EXERCISE PROMPT:
After locating "#115=EDGE_CURVE('',#108,#108,#114,.T.);" in the listing below, copy that line and each one after it exactly, ending with the line that has "#147=ORIENTED_EDGE('',*,*,#77,.F.);".

MATERIAL TO PROCESS:
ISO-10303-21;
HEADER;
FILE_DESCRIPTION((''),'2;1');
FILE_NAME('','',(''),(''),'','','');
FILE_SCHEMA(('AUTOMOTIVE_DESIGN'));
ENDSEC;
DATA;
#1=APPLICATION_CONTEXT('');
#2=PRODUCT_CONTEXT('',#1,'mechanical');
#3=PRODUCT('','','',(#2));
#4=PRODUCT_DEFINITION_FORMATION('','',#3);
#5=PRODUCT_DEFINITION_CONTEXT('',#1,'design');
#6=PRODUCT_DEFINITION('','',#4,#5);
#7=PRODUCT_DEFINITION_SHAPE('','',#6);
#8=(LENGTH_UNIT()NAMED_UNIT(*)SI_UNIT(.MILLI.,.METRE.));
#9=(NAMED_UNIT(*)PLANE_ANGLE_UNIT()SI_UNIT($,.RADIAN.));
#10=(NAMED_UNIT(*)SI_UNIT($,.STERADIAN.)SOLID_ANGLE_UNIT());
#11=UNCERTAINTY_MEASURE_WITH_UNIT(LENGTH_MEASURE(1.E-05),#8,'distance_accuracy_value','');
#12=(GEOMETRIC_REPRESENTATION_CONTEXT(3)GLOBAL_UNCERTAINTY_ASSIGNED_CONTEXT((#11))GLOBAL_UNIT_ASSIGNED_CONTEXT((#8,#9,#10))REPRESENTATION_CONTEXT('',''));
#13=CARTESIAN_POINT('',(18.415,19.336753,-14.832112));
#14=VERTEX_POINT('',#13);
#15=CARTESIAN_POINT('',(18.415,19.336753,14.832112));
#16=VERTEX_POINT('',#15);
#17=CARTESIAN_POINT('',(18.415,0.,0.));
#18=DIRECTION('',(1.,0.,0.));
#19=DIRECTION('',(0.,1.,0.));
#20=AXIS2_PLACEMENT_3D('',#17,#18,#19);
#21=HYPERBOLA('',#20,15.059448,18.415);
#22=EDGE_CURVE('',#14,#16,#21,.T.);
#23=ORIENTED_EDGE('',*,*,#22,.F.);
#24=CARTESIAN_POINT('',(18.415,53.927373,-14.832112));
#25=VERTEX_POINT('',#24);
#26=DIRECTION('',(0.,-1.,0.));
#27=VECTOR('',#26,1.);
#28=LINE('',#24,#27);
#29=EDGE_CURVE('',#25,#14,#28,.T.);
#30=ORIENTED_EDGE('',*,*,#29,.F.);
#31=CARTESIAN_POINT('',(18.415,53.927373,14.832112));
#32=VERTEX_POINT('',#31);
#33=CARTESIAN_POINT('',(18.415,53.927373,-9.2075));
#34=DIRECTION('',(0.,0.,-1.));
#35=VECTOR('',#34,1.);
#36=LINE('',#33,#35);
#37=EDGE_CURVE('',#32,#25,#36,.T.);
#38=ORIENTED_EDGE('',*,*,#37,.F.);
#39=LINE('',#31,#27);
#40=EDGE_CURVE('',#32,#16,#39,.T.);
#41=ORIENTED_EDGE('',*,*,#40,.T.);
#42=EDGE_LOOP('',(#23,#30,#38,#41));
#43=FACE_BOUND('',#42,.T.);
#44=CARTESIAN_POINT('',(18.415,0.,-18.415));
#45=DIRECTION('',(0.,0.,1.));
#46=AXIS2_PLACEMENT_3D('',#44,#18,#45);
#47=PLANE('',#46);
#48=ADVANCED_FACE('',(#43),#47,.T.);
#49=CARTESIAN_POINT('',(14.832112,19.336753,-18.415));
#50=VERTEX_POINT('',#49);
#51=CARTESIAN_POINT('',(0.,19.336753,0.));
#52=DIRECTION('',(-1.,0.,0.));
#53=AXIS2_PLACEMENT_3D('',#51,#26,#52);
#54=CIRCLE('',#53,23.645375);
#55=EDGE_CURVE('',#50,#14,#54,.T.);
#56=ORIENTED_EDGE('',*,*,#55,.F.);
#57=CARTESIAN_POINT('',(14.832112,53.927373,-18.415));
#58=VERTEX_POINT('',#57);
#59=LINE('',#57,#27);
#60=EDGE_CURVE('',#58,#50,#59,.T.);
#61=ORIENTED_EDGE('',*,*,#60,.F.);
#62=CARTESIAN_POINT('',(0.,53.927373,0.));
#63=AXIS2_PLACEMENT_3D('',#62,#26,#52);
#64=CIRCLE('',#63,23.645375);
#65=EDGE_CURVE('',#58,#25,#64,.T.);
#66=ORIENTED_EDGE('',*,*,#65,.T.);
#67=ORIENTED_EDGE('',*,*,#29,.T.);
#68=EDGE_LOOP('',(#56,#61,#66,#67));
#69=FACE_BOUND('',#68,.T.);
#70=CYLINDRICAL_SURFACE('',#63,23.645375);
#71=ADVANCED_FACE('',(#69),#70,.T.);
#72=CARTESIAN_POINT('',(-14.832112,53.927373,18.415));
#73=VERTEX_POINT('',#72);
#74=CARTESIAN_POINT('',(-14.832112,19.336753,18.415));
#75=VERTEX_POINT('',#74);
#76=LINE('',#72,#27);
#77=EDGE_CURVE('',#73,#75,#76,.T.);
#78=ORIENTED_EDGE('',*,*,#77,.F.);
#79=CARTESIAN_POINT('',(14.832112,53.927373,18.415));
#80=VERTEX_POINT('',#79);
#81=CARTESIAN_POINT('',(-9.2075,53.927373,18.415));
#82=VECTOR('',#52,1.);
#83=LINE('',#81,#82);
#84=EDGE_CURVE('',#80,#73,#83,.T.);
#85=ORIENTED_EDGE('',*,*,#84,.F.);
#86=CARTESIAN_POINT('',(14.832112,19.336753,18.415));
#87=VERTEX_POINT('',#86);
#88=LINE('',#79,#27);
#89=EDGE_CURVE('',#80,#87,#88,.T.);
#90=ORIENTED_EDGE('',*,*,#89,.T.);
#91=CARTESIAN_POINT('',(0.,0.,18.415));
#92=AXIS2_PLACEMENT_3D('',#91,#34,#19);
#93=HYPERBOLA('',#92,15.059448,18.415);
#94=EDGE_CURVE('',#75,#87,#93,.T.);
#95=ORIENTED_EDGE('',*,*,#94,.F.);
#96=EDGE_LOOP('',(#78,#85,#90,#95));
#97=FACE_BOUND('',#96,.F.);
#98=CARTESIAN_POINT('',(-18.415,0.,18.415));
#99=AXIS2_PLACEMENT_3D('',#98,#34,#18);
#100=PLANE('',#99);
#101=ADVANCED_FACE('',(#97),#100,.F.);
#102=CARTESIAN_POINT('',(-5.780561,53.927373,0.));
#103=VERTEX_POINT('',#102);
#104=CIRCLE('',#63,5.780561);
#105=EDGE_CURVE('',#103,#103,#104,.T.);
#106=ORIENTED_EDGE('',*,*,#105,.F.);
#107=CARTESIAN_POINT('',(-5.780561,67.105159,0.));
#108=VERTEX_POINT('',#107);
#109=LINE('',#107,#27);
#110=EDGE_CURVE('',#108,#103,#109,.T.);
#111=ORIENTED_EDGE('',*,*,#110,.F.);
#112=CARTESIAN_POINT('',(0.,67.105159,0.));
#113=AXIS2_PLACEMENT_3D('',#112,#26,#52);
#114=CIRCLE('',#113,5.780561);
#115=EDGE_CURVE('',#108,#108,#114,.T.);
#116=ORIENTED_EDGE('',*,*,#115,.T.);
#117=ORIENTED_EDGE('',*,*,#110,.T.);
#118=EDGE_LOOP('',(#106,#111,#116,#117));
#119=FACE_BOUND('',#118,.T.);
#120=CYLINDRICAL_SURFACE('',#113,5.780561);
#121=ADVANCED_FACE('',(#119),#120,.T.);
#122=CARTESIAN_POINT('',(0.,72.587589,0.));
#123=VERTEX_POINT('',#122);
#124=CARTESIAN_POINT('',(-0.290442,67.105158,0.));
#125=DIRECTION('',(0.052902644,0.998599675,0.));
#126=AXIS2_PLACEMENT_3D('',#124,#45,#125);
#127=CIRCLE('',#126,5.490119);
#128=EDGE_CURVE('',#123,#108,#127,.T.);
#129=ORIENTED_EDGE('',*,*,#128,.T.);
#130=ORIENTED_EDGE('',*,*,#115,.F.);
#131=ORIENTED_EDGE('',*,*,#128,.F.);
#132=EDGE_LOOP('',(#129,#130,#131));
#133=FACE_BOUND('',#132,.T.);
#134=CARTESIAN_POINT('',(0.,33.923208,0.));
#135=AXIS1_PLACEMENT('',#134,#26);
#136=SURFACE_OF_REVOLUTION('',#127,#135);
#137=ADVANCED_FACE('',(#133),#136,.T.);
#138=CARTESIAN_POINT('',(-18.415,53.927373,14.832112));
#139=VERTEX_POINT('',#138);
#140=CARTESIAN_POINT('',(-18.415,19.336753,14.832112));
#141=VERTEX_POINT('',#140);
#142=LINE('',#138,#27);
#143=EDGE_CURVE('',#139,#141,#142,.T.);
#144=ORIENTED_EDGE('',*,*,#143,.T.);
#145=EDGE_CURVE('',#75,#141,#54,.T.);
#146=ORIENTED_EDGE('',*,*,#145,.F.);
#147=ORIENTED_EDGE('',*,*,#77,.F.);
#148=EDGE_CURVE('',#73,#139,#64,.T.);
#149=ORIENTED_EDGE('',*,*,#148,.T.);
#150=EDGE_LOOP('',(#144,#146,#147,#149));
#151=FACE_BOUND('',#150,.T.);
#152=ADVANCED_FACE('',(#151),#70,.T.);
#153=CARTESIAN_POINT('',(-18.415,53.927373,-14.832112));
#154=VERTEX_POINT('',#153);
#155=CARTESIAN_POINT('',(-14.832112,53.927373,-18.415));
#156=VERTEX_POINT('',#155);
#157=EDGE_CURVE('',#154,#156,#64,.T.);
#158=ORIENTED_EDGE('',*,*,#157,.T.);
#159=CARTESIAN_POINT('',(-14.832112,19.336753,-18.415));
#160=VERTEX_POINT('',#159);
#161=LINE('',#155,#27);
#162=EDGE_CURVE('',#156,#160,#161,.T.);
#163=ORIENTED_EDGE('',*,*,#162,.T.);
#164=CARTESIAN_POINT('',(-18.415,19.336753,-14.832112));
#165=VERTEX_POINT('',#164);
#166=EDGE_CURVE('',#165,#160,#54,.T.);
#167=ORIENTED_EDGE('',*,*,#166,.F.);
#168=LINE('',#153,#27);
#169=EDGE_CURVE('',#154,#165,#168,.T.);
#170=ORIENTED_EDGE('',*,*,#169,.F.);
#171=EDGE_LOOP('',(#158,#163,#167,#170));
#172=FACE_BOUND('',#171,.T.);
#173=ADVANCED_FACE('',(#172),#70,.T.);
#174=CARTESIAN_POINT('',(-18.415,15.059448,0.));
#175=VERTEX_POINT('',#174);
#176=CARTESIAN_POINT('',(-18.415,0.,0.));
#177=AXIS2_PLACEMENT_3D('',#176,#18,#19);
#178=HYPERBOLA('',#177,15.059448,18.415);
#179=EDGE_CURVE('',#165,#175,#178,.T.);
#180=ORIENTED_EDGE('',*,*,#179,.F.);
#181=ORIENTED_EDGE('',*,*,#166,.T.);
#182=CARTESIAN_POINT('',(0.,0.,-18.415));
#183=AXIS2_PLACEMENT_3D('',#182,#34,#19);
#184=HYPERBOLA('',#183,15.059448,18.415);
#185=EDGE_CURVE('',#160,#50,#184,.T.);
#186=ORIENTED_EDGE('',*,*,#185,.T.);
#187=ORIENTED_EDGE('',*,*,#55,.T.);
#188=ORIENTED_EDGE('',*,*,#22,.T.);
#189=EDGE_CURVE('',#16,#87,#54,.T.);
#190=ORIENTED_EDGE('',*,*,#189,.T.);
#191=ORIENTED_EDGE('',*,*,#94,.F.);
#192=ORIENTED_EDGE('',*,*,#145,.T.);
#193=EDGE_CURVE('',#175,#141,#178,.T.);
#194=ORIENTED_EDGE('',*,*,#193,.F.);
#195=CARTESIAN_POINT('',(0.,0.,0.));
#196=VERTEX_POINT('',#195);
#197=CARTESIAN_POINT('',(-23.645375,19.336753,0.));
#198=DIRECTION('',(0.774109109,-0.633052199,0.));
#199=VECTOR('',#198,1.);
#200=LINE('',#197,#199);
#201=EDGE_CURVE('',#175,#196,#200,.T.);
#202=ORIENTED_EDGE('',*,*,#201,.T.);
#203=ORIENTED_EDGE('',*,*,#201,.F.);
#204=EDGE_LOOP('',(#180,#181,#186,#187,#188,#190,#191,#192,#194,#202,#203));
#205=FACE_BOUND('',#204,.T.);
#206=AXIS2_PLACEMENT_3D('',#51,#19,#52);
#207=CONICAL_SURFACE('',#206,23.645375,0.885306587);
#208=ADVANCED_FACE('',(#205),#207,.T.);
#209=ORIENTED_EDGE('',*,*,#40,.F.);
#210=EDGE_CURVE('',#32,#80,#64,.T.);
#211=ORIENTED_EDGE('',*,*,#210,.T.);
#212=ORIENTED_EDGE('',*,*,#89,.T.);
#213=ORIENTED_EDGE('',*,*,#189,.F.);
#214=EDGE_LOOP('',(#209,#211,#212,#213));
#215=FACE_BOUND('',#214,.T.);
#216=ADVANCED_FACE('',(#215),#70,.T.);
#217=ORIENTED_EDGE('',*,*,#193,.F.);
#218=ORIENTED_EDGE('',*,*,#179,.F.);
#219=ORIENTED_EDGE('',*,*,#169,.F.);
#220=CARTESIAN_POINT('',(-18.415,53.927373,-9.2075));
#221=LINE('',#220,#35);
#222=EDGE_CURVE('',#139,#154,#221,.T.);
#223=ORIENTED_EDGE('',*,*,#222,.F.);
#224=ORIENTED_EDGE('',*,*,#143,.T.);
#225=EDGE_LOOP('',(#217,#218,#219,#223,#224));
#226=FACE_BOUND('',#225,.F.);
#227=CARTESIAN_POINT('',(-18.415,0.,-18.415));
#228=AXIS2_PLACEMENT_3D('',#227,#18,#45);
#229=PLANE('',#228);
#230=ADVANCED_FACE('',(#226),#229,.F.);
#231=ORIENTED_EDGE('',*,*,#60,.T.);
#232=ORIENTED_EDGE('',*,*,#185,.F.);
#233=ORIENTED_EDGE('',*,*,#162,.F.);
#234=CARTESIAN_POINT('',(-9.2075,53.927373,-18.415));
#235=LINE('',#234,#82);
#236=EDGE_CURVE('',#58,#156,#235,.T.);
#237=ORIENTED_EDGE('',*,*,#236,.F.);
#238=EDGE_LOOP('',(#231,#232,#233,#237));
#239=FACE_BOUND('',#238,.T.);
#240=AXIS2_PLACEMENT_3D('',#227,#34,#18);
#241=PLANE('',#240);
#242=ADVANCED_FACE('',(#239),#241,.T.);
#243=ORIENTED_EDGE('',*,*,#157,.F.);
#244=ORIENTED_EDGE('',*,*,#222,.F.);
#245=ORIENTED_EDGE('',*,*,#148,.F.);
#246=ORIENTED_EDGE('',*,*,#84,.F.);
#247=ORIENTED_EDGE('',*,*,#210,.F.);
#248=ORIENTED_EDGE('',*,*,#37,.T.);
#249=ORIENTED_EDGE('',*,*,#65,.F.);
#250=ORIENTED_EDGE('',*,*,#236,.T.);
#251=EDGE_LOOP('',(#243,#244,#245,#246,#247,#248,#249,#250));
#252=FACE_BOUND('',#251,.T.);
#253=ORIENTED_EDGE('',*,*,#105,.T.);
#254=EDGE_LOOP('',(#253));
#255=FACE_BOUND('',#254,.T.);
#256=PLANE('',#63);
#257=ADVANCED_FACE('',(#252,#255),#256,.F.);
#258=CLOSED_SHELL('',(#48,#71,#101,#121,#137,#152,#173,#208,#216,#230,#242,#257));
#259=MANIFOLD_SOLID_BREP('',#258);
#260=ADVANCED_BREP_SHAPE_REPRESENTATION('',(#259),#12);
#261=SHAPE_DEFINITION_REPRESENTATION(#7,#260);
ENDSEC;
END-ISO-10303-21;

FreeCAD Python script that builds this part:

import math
import FreeCAD as App
import Part
import Sketcher

V = App.Vector
Q = App.Units.Quantity


def add_polygon(sketch, points):
    """Adds a closed chain of lines whose ends are joined by coincident constraints."""
    first, n = sketch.GeometryCount, len(points)
    for a, b in zip(points, points[1:] + points[:1]):
        sketch.addGeometry(Part.LineSegment(App.Vector(*a, 0), App.Vector(*b, 0)), False)
    for i in range(n):
        sketch.addConstraint(Sketcher.Constraint("Coincident", first + i, 2, first + (i + 1) % n, 1))

doc = App.newDocument("Part")
body = doc.addObject("PartDesign::Body", "Body")

sketch1 = body.newObject("Sketcher::SketchObject", "Sketch")
sketch1.AttachmentSupport = (doc.getObject("XY_Plane"), [""])
sketch1.MapMode = "FlatFace"
sketch1.addGeometry([
    Part.LineSegment(V(-6, 67, 0), V(-6, 54, 0)),
    Part.LineSegment(V(-6, 54, 0), V(-24, 54, 0)),
    Part.LineSegment(V(-24, 54, 0), V(-24, 19, 0)),
    Part.LineSegment(V(-24, 19, 0), V(0, 0, 0)),
    Part.LineSegment(V(0, 0, 0), V(0, 73, 0)),
    Part.ArcOfCircle(Part.Circle(V(0, 67, 0), V(0, 0, 1), 5), math.radians(87), math.radians(180)),
], False)
sketch1.addConstraint([
    Sketcher.Constraint("Coincident", 0, 2, 1, 1),
    Sketcher.Constraint("Coincident", 1, 2, 2, 1),
    Sketcher.Constraint("Coincident", 2, 2, 3, 1),
    Sketcher.Constraint("Coincident", 3, 2, 4, 1),
    Sketcher.Constraint("Coincident", 4, 2, 5, 1),
    Sketcher.Constraint("Tangent", 5, 2, 0, 1),
    Sketcher.Constraint("Vertical", 0),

SOLUTION TO THE PROBLEM:
#115=EDGE_CURVE('',#108,#108,#114,.T.);
#116=ORIENTED_EDGE('',*,*,#115,.T.);
#117=ORIENTED_EDGE('',*,*,#110,.T.);
#118=EDGE_LOOP('',(#106,#111,#116,#117));
#119=FACE_BOUND('',#118,.T.);
#120=CYLINDRICAL_SURFACE('',#113,5.780561);
#121=ADVANCED_FACE('',(#119),#120,.T.);
#122=CARTESIAN_POINT('',(0.,72.587589,0.));
#123=VERTEX_POINT('',#122);
#124=CARTESIAN_POINT('',(-0.290442,67.105158,0.));
#125=DIRECTION('',(0.052902644,0.998599675,0.));
#126=AXIS2_PLACEMENT_3D('',#124,#45,#125);
#127=CIRCLE('',#126,5.490119);
#128=EDGE_CURVE('',#123,#108,#127,.T.);
#129=ORIENTED_EDGE('',*,*,#128,.T.);
#130=ORIENTED_EDGE('',*,*,#115,.F.);
#131=ORIENTED_EDGE('',*,*,#128,.F.);
#132=EDGE_LOOP('',(#129,#130,#131));
#133=FACE_BOUND('',#132,.T.);
#134=CARTESIAN_POINT('',(0.,33.923208,0.));
#135=AXIS1_PLACEMENT('',#134,#26);
#136=SURFACE_OF_REVOLUTION('',#127,#135);
#137=ADVANCED_FACE('',(#133),#136,.T.);
#138=CARTESIAN_POINT('',(-18.415,53.927373,14.832112));
#139=VERTEX_POINT('',#138);
#140=CARTESIAN_POINT('',(-18.415,19.336753,14.832112));
#141=VERTEX_POINT('',#140);
#142=LINE('',#138,#27);
#143=EDGE_CURVE('',#139,#141,#142,.T.);
#144=ORIENTED_EDGE('',*,*,#143,.T.);
#145=EDGE_CURVE('',#75,#141,#54,.T.);
#146=ORIENTED_EDGE('',*,*,#145,.F.);
#147=ORIENTED_EDGE('',*,*,#77,.F.);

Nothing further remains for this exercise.